Examinations by the inventors of the present invention have learned that measurement and control of pattern dimensions by the use of an electronic microscope exclusive for the measurement (length measuring SEM) is generally conducted today in the semiconductor manufacturing processes. The measurement of pattern dimensions has been automated by applying image processing technologies to acquired images of the length measuring SEM, and therefore, expert skills of operators have become unnecessary, and measurement variance due to the individual differences has been decreased. Objectives of such pattern measurement are mostly patterns of a resist, an insulating film, polysilicon and the like, and the width of wire, diameters of circular holes and so forth are measured.

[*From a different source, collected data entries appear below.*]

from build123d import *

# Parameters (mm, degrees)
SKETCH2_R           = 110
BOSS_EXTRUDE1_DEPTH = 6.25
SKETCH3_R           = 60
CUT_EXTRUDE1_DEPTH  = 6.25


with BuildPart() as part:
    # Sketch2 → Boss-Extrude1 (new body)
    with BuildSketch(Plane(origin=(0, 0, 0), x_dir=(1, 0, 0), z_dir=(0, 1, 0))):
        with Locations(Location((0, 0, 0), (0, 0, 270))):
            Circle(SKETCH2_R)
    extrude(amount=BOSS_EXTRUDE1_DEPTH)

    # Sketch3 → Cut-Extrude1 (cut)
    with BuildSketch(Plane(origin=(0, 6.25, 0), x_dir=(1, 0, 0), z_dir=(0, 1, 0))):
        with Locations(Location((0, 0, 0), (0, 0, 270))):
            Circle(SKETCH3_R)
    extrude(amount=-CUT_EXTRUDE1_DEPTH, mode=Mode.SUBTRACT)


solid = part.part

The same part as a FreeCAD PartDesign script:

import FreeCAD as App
import Part
import Sketcher

doc = App.newDocument("Part")
body = doc.addObject("PartDesign::Body", "Body")

sketch1 = body.newObject("Sketcher::SketchObject", "Sketch")
sketch1.AttachmentSupport = (doc.getObject("XZ_Plane"), [""])
sketch1.MapMode = "FlatFace"
sketch1.addGeometry(Part.Circle(App.Vector(0, 0, 0), App.Vector(0, 0, 1), 110), False)
sketch1.addConstraint([
    Sketcher.Constraint("Coincident", 0, 3, -1, 1),
    Sketcher.Constraint("Diameter", 0, 220.0),
])
pad1 = body.newObject("PartDesign::Pad", "Pad")
pad1.Profile = sketch1
pad1.Length = 6.25
pad1.Reversed = True

sketch2 = body.newObject("Sketcher::SketchObject", "Sketch001")
sketch2.AttachmentSupport = (doc.getObject("XZ_Plane"), [""])
sketch2.MapMode = "FlatFace"
sketch2.AttachmentOffset = App.Placement(App.Vector(0, 0, -6.25), App.Rotation())
sketch2.addGeometry(Part.Circle(App.Vector(0, 0, 0), App.Vector(0, 0, 1), 60), False)
sketch2.addConstraint([
    Sketcher.Constraint("Coincident", 0, 3, -1, 1),
    Sketcher.Constraint("Diameter", 0, 120.0),
])
pocket1 = body.newObject("PartDesign::Pocket", "Pocket")
pocket1.Profile = sketch2
pocket1.Length = 6.25
pocket1.Reversed = True

doc.recompute()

An example of the measurement techniques is shown in FIGS. 14A, 14B and 14C. Image signals of the SEM is changed according to the pattern shapes and materials, and they shine brightly especially at edge portions of a pattern. FIG. 14 shows an example of processing a signal waveform of a wire shape pattern. In the signal waveform, two peaks with large signal amounts correspond to edge portions of the wire, and the edge positions are defined in the manner as shown in FIG. 14 so as to measure the dimensions of the objective pattern. The technique of FIG. 14A is a method to detect the maximum inclined position of a peak (maximum gradient method), FIG. 14B shows a threshold method to detect an edge position by the use of a specified threshold value (th), and FIG. 14C shows a linear approximation method in which a straight line is applied to an edge portion and a base portion and a point of intersection therebetween is detected.

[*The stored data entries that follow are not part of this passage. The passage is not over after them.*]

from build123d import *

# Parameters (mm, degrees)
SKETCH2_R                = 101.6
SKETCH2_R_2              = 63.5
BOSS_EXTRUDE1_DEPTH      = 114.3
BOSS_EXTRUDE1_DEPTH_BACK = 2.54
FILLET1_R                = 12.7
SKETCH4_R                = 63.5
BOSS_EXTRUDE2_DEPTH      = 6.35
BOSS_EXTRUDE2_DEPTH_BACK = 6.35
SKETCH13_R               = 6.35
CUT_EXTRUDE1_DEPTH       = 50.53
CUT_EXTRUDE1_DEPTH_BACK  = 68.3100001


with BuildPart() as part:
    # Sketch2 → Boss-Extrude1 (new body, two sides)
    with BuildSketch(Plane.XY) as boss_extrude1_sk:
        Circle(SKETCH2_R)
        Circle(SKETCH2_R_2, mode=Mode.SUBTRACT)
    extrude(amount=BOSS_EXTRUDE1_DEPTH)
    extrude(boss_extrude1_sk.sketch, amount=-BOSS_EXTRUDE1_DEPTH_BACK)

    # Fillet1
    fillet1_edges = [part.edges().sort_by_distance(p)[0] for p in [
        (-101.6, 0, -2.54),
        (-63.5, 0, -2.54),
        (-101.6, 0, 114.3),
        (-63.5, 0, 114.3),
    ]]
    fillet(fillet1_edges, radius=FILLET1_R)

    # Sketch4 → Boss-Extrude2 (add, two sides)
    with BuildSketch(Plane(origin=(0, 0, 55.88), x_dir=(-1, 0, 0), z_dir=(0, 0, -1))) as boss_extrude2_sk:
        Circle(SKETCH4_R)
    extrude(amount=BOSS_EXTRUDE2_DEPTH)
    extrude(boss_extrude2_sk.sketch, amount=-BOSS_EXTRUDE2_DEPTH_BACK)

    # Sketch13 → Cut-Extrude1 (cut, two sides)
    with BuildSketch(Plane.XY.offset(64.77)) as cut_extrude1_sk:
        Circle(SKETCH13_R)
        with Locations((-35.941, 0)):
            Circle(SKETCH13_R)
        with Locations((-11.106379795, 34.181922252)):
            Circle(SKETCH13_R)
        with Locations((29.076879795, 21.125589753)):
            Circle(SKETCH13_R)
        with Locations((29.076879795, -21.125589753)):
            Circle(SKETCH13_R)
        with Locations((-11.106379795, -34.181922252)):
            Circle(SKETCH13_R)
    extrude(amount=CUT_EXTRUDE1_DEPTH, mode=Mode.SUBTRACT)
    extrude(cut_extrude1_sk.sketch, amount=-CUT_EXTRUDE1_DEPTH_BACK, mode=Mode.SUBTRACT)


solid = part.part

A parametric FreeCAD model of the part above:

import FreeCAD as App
import Part
import Sketcher
from FreeCAD import Vector
Q = App.Units.Quantity


def edges_at(feature, points):
    """Names of the edges that pass closest to the given points."""
    edges = feature.Shape.Edges
    near = lambda p: min(range(len(edges)), key=lambda i: edges[i].distToShape(Part.Vertex(*p))[0])
    return sorted({f"Edge{near(p) + 1}" for p in points})

doc = App.newDocument("Part")
body = doc.addObject("PartDesign::Body", "Body")

sketch1 = doc.addObject("Sketcher::SketchObject", "Sketch")
body.addObject(sketch1)
sketch1.AttachmentSupport = (doc.XY_Plane, [""])
sketch1.MapMode = "FlatFace"
sketch1.addGeometry(Part.Circle(Vector(0, 0, 0), Vector(0, 0, 1), 101.6), False)
sketch1.addGeometry(Part.Circle(Vector(0, 0, 0), Vector(0, 0, 1), 63.5), False)
sketch1.addConstraint(Sketcher.Constraint("Coincident", 0, 3, -1, 1))
sketch1.addConstraint(Sketcher.Constraint("Coincident", 1, 3, -1, 1))
sketch1.addConstraint(Sketcher.Constraint("Diameter", 0, Q("8 in")))
sketch1.addConstraint(Sketcher.Constraint("Diameter", 1, Q("5 in")))
pad1 = doc.addObject("PartDesign::Pad", "Pad")
body.addObject(pad1)
pad1.Profile = sketch1
pad1.Type = "TwoLengths"
pad1.Length = Q("4.5 in")
pad1.Length2 = Q("0.1 in")
doc.recompute()

fillet = doc.addObject("PartDesign::Fillet", "Fillet")
body.addObject(fillet)
fillet.Base = (pad1, edges_at(pad1, [
    (-101.6, 0, -2.54),
    (-63.5, 0, -2.54),
    (-101.6, 0, 114.3),
    (-63.5, 0, 114.3),
]))
fillet.Radius = Q("0.5 in")

sketch2 = doc.addObject("Sketcher::SketchObject", "Sketch001")
body.addObject(sketch2)
sketch2.AttachmentSupport = (doc.XY_Plane, [""])
sketch2.MapMode = "FlatFace"
sketch2.AttachmentOffset = App.Placement(Vector(0, 0, 2.2 * 25.4), App.Rotation())
sketch2.addGeometry(Part.Circle(Vector(0, 0, 0), Vector(0, 0, 1), 63.5), False)
sketch2.addConstraint(Sketcher.Constraint("Coincident", 0, 3, -1, 1))
sketch2.addConstraint(Sketcher.Constraint("Diameter", 0, Q("5 in")))
pad2 = doc.addObject("PartDesign::Pad", "Pad001")
body.addObject(pad2)
pad2.Profile = sketch2
pad2.Type = "TwoLengths"
pad2.Length = Q("0.25 in")
pad2.Length2 = Q("0.25 in")
pad2.Reversed = True

sketch3 = doc.addObject("Sketcher::SketchObject", "Sketch002")
body.addObject(sketch3)
sketch3.AttachmentSupport = (doc.XY_Plane, [""])
sketch3.MapMode = "FlatFace"
sketch3.AttachmentOffset = App.Placement(Vector(0, 0, 2.55 * 25.4), App.Rotation())
sketch3.addGeometry(Part.Circle(Vector(0, 0, 0), Vector(0, 0, 1), 6.35), False)
sketch3.addGeometry(Part.Circle(Vector(-35.941, 0, 0), Vector(0, 0, 1), 6.35), False)
sketch3.addGeometry(Part.Circle(Vector(-11.10638, 34.181922, 0), Vector(0, 0, 1), 6.35), False)
sketch3.addGeometry(Part.Circle(Vector(29.07688, 21.12559, 0), Vector(0, 0, 1), 6.35), False)
sketch3.addGeometry(Part.Circle(Vector(29.07688, -21.12559, 0), Vector(0, 0, 1), 6.35), False)
sketch3.addGeometry(Part.Circle(Vector(-11.10638, -34.181922, 0), Vector(0, 0, 1), 6.35), False)
sketch3.addConstraint(Sketcher.Constraint("Coincident", 0, 3, -1, 1))
sketch3.addConstraint(Sketcher.Constraint("Equal", 0, 1))
sketch3.addConstraint(Sketcher.Constraint("Equal", 1, 2))
sketch3.addConstraint(Sketcher.Constraint("Equal", 2, 3))
sketch3.addConstraint(Sketcher.Constraint("Equal", 3, 4))
sketch3.addConstraint(Sketcher.Constraint("Equal", 4, 5))
sketch3.addConstraint(Sketcher.Constraint("Symmetric", 3, 3, 4, 3, -1))
sketch3.addConstraint(Sketcher.Constraint("Symmetric", 2, 3, 5, 3, -1))
sketch3.addConstraint(Sketcher.Constraint("PointOnObject", 1, 3, -1))
sketch3.addConstraint(Sketcher.Constraint("Diameter", 0, Q("0.5 in")))
sketch3.addConstraint(Sketcher.Constraint("DistanceX", 1, 3, -1, 1, Q("1.415 in")))
sketch3.addConstraint(Sketcher.Constraint("DistanceX", 2, 3, -1, 1, 11.10638))
sketch3.addConstraint(Sketcher.Constraint("DistanceX", -1, 1, 3, 3, 29.07688))
sketch3.addConstraint(Sketcher.Constraint("DistanceY", -1, 1, 3, 3, 21.12559))
sketch3.addConstraint(Sketcher.Constraint("DistanceY", -1, 1, 2, 3, 34.181922))
pocket1 = doc.addObject("PartDesign::Pocket", "Pocket")
body.addObject(pocket1)
pocket1.Profile = sketch3
pocket1.Type = "ThroughAll"
pocket1.Midplane = True

doc.recompute()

In the prior dimension measurement method using the SEM images and image processing technologies as described above, peaks and positions of image signal waveforms and signal amounts or changes thereof are used to determine the positions to be measured. However, in these techniques, it is not possible to precisely grasp which portion an actually measured dimension corresponds to in an actual cross section (a top portion, a bottom portion or other of the pattern). Especially, in the case where a cross-sectional shape of the pattern changes, errors in dimensions to be measured become different depending on the cross-sectional shape of the pattern, which has been a problem with the prior art.
FIG. 15 shows an example of influences that the changes in cross-sectional shapes of the pattern give to the measurement, practiced in 2002 by Villarrubia et al. (Scanning electron microscope analog of scatterometry”, Proc. SPIE 4689, pp. 304-312). FIG. 15 shows an example of simulation illustrating the case where dimensions are measured by the threshold method (threshold value 50%), in which errors at the measured position and the actual bottom position in the cross section are different between the case where a pattern sidewall is vertical (left side of FIG. 15) and the case where it is inclined (right side of FIG. 15). Such positional difference comes from the fact that the measurement algorithm in the prior length measuring SEM does not consider how a signal waveform changes according to the differences of pattern cross-sectional shapes.
FIG. 16 shows relationships between the tilt angle of the pattern sidewall (horizontal axis of FIG. 16) and pattern dimension measurement errors (vertical axis of FIG. 16) by various image processing algorithms (max. Deriv., Regressiont, Sigmoid, Model-Based Lib.), and illustrates that the measurement errors change depending on cross-sectional shapes of the pattern and the algorithms. Along with the scaling down in the semiconductor manufacturing processes, influences that the measurement errors according to the pattern shapes give to the process control have become more and more significant. Therefore, it is necessary to solve such errors and realize dimension measurement with small errors. Further, for the achievement of higher precision in the process, it is required not only to realize the dimension measurement with small errors but also to realize the quantitative evaluations of errors in cross-sectional shapes as shown in FIG. 15.
In other words, as a technology for solving the technical problem concerning FIG. 15, Villarrubia et al. have proposed a measurement method using an electron beam simulation. This is a method in which signal waveforms in which errors in the cross section of the pattern are taken into consideration are generated by an electron beam simulation and thereby creating libraries, and the signal waveforms of actual SEM are compared with the waveforms in the libraries, and an actual cross-sectional shape of the pattern is estimated from similar waveforms, and then, the correct dimensions are calculated. The Model-Based Lib. in FIG. 16 is the evaluation result of the measurement errors, and a more precise measurement than other techniques can be achieved. In this way, by this technique, it is possible to reduce the measurement errors due to the cross-sectional shapes and to evaluate the cross-sectional shapes. However, it is required to prepare in advance the signal waveforms of SEM to various cross-sectional shapes as libraries. For highly precise measurement, it is necessary to prepare the libraries having a sufficient amount of data. As a result, the amount of data will become enormous and it will take much time to prepare libraries. Furthermore, in the measurement, the prepared waveforms must be compared with actual waveforms, and therefore, calculations take much more time than conventional measurement techniques. The present invention is one of other measurement techniques that requires relatively small calculation amount than the technique of them.